Despite the potent adjuvant activity of iNKT cells, their use in clinical settings has been limited since a single injection of soluble αGC is sufficient to render iNKT cells unresponsive (anergy)., Conversely, it has previously been documented that nanoparticle-formulated αGC results in prolonged iNKT-cell responsiveness, even upon several injections. Similarly, an antigen-CD1d-αGC fusion protein has been shown to prevent the induction of iNKT-cell anergy. Moreover, the co-delivery of αGC with microbial or synthetic glycolipid antigens on latex beads reportedly increases its adjuvant activity through the iNKT cell-dependent cross-activation of APCs, resulting in the release of T cell-attracting chemokines. Our findings suggest that αGC- and OVA-loaded exosomes boost T- and B-cell immunity by a similar mechanism. We propose that an early activation of iNKT cells in the spleen leads to efficient antigen presentation by DCs and hence improved T- and B-cell responses (Fig. 1). We observed that the levels of circulating interferon γ (IFNγ) levels and OVA-specific antibodies are significantly increased upon the injection of αGC/OVA-loaded exosomes as compared with that of soluble ligands. Based on our results and the aforementioned studies, we speculate that the delivery of both αGC and antigens to the same APC is crucial for the activation of antigen-specific T cells, thus having a critical impact on the outcome of immune responses. We also demonstrated that a single dose of αGC/OVA-loaded exosomes not only reduces the growth of established OVA-expressing B16 melanomas but also increases the survival of mice bearing these neoplasms. Importantly, a second dose of αGC/OVA-loaded exosomes significantly increased tumor infiltration by OVA-specific CD8+ T cells as well as the titers of OVA-specific antibodies, hence further prolonging the survival of tumor-bearing mice.
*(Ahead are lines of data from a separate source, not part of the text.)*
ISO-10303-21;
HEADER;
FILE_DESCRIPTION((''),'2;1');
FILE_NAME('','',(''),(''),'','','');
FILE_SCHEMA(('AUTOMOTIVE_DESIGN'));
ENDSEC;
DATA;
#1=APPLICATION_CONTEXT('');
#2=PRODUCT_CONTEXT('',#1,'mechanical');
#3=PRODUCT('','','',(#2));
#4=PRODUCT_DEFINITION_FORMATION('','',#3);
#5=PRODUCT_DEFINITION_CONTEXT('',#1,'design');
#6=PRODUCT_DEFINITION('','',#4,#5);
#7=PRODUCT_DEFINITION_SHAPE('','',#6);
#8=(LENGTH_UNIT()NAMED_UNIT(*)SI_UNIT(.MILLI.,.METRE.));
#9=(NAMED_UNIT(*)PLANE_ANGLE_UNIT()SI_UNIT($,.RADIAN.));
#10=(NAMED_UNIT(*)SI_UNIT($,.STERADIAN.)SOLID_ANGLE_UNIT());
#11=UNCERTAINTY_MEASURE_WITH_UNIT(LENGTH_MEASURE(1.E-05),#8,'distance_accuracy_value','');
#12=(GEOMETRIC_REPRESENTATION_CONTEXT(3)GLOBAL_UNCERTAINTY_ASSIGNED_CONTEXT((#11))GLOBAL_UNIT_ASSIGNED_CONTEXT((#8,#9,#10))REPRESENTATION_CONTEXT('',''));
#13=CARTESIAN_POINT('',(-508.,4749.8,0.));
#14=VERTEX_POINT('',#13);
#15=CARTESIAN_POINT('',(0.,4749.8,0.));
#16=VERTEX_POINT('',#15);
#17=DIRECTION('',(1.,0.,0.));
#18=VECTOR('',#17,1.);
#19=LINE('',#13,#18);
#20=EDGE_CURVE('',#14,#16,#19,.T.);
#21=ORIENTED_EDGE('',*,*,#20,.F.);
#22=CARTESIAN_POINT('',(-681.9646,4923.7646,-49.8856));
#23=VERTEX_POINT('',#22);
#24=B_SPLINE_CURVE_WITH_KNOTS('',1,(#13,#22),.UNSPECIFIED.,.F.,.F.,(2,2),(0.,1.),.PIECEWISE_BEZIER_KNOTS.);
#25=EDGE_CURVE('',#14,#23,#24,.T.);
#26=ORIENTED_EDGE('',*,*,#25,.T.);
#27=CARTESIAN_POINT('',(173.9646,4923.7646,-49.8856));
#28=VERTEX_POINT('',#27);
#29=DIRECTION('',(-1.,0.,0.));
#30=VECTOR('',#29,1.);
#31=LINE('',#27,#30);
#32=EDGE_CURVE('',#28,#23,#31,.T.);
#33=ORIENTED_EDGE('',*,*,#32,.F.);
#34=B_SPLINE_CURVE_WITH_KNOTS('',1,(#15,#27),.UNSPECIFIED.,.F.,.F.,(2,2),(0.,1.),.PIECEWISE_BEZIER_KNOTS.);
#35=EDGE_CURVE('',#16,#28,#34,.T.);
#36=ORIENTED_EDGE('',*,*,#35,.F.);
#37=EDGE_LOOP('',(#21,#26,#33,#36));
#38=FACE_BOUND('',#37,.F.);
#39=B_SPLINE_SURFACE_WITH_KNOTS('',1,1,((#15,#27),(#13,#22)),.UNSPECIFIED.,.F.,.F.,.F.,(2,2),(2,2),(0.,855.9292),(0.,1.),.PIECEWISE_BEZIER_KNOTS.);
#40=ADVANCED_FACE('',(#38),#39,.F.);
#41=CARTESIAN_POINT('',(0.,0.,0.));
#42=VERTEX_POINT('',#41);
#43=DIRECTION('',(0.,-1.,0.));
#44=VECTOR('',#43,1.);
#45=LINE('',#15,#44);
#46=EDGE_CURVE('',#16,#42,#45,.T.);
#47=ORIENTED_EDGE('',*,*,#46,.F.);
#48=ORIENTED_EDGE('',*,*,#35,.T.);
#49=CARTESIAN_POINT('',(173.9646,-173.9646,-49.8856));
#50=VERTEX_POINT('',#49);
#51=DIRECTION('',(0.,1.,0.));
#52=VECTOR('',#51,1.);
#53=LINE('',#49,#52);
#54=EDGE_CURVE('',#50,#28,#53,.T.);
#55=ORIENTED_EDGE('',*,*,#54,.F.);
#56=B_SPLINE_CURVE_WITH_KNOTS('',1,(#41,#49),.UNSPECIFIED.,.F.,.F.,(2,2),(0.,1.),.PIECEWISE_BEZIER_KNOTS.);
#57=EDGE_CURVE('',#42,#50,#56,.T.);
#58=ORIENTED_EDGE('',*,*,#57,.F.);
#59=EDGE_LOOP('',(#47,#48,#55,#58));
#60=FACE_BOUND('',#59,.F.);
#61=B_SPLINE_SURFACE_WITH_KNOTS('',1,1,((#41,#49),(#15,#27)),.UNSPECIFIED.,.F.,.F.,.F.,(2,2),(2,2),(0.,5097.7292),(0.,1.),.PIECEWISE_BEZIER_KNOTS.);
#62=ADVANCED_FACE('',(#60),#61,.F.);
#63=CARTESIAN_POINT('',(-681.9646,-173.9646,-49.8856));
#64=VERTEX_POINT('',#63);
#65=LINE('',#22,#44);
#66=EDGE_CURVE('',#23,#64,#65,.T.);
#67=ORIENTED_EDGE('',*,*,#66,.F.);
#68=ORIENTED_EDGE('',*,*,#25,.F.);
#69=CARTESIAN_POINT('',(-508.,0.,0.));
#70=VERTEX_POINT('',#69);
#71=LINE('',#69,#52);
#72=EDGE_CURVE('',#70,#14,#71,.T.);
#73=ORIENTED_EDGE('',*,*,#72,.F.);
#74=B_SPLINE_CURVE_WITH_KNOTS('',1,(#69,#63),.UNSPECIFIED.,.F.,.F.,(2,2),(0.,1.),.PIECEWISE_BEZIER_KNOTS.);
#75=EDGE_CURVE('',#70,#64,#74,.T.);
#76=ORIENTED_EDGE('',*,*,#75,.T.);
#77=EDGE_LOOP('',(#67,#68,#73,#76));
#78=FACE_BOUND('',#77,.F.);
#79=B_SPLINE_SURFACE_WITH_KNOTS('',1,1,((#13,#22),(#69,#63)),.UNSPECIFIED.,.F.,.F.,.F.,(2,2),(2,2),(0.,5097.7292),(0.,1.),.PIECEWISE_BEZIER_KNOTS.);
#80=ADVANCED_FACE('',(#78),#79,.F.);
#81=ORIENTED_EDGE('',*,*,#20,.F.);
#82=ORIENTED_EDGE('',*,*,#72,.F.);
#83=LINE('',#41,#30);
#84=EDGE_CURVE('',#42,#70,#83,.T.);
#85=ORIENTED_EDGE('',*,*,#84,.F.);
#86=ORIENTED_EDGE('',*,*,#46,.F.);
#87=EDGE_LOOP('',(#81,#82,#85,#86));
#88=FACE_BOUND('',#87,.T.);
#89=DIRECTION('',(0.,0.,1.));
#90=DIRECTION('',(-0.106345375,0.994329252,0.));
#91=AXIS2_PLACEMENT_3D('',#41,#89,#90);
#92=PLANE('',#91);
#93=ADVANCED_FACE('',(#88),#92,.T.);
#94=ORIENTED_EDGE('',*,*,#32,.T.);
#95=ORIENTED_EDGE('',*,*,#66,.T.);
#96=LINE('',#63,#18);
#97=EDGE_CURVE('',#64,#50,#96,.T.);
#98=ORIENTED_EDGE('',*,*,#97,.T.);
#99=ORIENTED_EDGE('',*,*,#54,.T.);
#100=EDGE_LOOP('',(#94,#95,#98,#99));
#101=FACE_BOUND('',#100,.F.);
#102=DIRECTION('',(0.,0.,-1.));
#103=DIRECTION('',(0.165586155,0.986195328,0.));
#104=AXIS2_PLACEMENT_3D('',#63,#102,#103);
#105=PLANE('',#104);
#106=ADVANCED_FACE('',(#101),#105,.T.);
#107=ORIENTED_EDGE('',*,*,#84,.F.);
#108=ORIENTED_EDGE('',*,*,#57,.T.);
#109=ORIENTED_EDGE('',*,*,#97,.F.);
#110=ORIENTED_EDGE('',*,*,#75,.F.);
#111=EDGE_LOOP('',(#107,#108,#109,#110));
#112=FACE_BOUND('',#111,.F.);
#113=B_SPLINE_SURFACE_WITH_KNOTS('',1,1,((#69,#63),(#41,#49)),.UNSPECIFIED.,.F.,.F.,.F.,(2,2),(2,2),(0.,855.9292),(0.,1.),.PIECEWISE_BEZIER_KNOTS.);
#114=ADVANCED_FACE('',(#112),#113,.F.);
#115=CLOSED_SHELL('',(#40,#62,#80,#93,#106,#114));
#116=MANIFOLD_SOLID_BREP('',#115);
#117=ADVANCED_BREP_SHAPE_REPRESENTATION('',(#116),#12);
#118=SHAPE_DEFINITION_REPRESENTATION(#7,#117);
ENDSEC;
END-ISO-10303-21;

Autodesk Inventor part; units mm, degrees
ref_plane "YZ Plane" through (0, 0, 0) normal (1, 0, 0) x (0, 1, 0)
sketch "Sketch1" plane through (0, 0, 0) normal (0, 0, 1) x (1, 0, 0)
  line L0 (0, 0) -> (-508, 0)
  line L1 (-508, 0) -> (-508, 4749.8)
  line L2 (-508, 4749.8) -> (0, 4749.8)
  line L3 (0, 4749.8) -> (0, 0)
  line L4 (0, 0) -> (-508, 0) construction
  dimension "width" = 508
  dimension "length" = 4749.8
  dimension "d2" = 508
  dimension "d3" = 508
ref_plane "Work Plane2" through (0, 4749.8, -49.8856) normal (0, 0, -1) x (0, -1, 0)
ref_plane "Work Plane1" through (0, 4749.8, 0) normal (0, 0, -1) x (0, -1, 0)
sketch "Sketch2" plane through (0, 4749.8, 0) normal (0, 0, -1) x (0, -1, 0)
  line L0 (4749.8, 0) -> (4749.8, 508) projected
  line L1 (0, 0) -> (4749.8, 0) projected
  line L2 (0, 508) -> (0, 0) projected
sketch "Sketch3" plane through (0, 4749.8, -49.8856) normal (0, 0, -1) x (0, -1, 0)
  line L0 (4749.8, 0) -> (4749.8, 508) projected
  line L1 (0, 0) -> (4749.8, 0) projected
  line L2 (4749.8, 508) -> (0, 508) projected
  line L3 (0, 508) -> (0, 0) projected
  line L4 (-10.9008, 518.9008) -> (4760.7008, 518.9008)
  line L5 (4760.7008, 518.9008) -> (4760.7008, -10.9008)
  line L6 (4760.7008, -10.9008) -> (-10.9008, -10.9008)
  line L7 (-10.9008, -10.9008) -> (-10.9008, 518.9008)
  line L8 (-173.9646, 681.9646) -> (4923.7646, 681.9646)
  line L9 (4923.7646, 681.9646) -> (4923.7646, -173.9646)
  line L10 (4923.7646, -173.9646) -> (-173.9646, -173.9646)
  line L11 (-173.9646, -173.9646) -> (-173.9646, 681.9646)
  dimension "d5" = 855.9292
  dimension "d6" = 5097.7292
loft "Loft1" add profiles "Sketch1", "Sketch3" contours all / L1 L3 L2 L0 | L4 L5 L6 L7 | L8 L9 L10 L11
ref_plane "Work Plane3" through (-254, -173.9646, 72.8363) normal (1, 0, 0) x (0, 1, 0)
properties part number "Scoring Platform"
Figure 1. Possible mechanisms for the sequential activation of immune cells by exosomes. (A) Exosomes loaded with α-galactosylceramide (αGC) and tumor-associated antigens are injected intravenously and taken up by splenic marginal zone B cells (MZBs) in the B cell zone and dendritic cells (DCs), which migrate into the T-cell zone. (B) MZBs deposit antigen on follicular DCs (FDCs) in the splenic B-cell zone, while DCs mediate lipid antigen presentation to iNKT cells in the T-cell zone (C) CD8+ DCs become cross-licensed to efficiently present peptide antigens to CD4+ and CD8+ T cells, while antigen-specific B cells become activated upon interaction with antigen-presenting FDCs. (D) Activated CD4+ T cells home to the B-cell/T-cell border and assist B-cell activation, thus favoring isotype switching and the production of antigen-specific antibodies.
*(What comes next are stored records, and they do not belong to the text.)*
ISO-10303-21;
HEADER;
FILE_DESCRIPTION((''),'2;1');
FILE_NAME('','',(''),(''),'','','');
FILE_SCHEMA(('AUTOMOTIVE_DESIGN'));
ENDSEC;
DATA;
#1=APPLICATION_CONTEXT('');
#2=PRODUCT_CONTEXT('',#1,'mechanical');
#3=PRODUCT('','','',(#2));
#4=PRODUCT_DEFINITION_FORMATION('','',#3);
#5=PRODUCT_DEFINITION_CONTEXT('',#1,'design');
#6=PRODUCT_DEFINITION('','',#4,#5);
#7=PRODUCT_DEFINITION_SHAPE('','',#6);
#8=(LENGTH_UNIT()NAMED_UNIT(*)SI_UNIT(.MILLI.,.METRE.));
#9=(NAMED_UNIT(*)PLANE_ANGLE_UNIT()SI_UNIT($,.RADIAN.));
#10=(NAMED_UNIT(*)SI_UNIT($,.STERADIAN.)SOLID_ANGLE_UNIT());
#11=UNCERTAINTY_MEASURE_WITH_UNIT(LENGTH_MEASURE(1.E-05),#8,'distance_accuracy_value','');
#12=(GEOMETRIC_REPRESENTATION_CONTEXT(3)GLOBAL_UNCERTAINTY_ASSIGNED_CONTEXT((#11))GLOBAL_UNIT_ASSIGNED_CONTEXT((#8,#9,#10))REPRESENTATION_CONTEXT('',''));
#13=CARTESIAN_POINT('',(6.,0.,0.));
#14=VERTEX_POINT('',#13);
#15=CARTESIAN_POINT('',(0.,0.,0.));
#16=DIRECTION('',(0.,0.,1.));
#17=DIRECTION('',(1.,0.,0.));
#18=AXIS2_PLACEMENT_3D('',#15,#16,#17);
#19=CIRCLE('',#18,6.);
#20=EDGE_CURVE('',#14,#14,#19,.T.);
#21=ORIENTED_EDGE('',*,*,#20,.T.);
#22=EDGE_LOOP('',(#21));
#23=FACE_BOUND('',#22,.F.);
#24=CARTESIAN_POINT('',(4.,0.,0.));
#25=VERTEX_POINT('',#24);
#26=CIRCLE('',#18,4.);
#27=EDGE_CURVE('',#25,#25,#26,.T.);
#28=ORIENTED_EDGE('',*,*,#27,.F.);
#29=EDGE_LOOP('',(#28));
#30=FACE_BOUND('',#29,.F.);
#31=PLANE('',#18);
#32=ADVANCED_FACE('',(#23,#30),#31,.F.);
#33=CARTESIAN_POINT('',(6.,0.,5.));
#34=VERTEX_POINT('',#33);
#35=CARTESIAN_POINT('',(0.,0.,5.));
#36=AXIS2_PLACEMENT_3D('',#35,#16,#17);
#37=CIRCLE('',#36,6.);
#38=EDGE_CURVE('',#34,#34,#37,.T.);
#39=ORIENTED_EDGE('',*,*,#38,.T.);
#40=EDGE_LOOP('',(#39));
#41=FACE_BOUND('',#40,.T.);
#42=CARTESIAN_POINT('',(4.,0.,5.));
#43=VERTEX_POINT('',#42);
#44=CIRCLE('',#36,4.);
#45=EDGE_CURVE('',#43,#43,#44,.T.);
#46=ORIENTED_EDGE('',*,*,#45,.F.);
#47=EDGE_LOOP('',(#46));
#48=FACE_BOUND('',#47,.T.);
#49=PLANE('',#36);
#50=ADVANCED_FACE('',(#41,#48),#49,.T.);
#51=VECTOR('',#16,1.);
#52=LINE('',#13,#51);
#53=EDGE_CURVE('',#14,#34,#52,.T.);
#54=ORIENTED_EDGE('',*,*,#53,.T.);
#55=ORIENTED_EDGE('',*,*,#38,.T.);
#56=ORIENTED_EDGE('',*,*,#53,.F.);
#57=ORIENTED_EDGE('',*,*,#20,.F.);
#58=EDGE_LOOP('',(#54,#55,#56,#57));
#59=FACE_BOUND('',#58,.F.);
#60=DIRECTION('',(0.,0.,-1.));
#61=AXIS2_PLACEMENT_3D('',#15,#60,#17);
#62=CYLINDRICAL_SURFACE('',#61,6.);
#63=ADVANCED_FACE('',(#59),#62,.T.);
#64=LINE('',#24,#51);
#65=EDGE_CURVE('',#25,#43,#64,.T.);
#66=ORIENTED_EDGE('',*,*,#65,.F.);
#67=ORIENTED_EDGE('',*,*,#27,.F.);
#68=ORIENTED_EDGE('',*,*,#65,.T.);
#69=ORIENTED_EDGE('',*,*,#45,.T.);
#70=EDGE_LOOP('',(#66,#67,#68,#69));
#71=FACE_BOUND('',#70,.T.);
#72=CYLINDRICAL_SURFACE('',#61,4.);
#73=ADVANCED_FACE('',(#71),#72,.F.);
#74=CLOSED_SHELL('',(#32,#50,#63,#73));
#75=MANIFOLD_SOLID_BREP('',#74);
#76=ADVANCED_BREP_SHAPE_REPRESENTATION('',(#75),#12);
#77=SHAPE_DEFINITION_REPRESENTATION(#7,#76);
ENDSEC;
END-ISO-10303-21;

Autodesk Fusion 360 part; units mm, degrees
sketch "Sketch1" plane through (0, 0, 0) normal (0, 0, 1) x (1, 0, 0)
  circle A0 centre (0, 0) radius 4
  circle A1 centre (0, 0) radius 6
  dimension "d1" = 8
  dimension "d2" = 12
extrude "Extrude1" add sketch "Sketch1" along normal blind 5 makes body 1
copy_body "Body->Comp1" bodies 1 removing the originals makes body 2 in component "5mm Spacer - 8mm Shaft"
component "5mm Spacer - 8mm Shaft" placed x (1, 0, 0) y (0, 1, 0) z (0, 0, 1) at (0, 0, 0)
In summary, exosomes might provide a new delivery platform for antigens and αGC that optimally harnesses the adjuvant activity of iNKT cells. In addition to αGC and antigens, DC-derived exosomes contain various immunostimulatory molecules, including heat-shock proteins, the α chain of the interleukin-15 receptor (IL15Rα), killer cell lectin-like receptor subfamily K, member 1 (KLRK1) ligands and Toll-like receptor (TLR) agonists, and might be further modified to increase their immunostimulatory efficacy. The design of exosomes might therefore be adjusted depending on the desired immunological outcome. We propose that the next step in exosome-induced immune responses to be explored in clinical trials should include iNKT cell ligands for the induction of broad immune responses that engage both the innate and the adaptive arms of the immune system.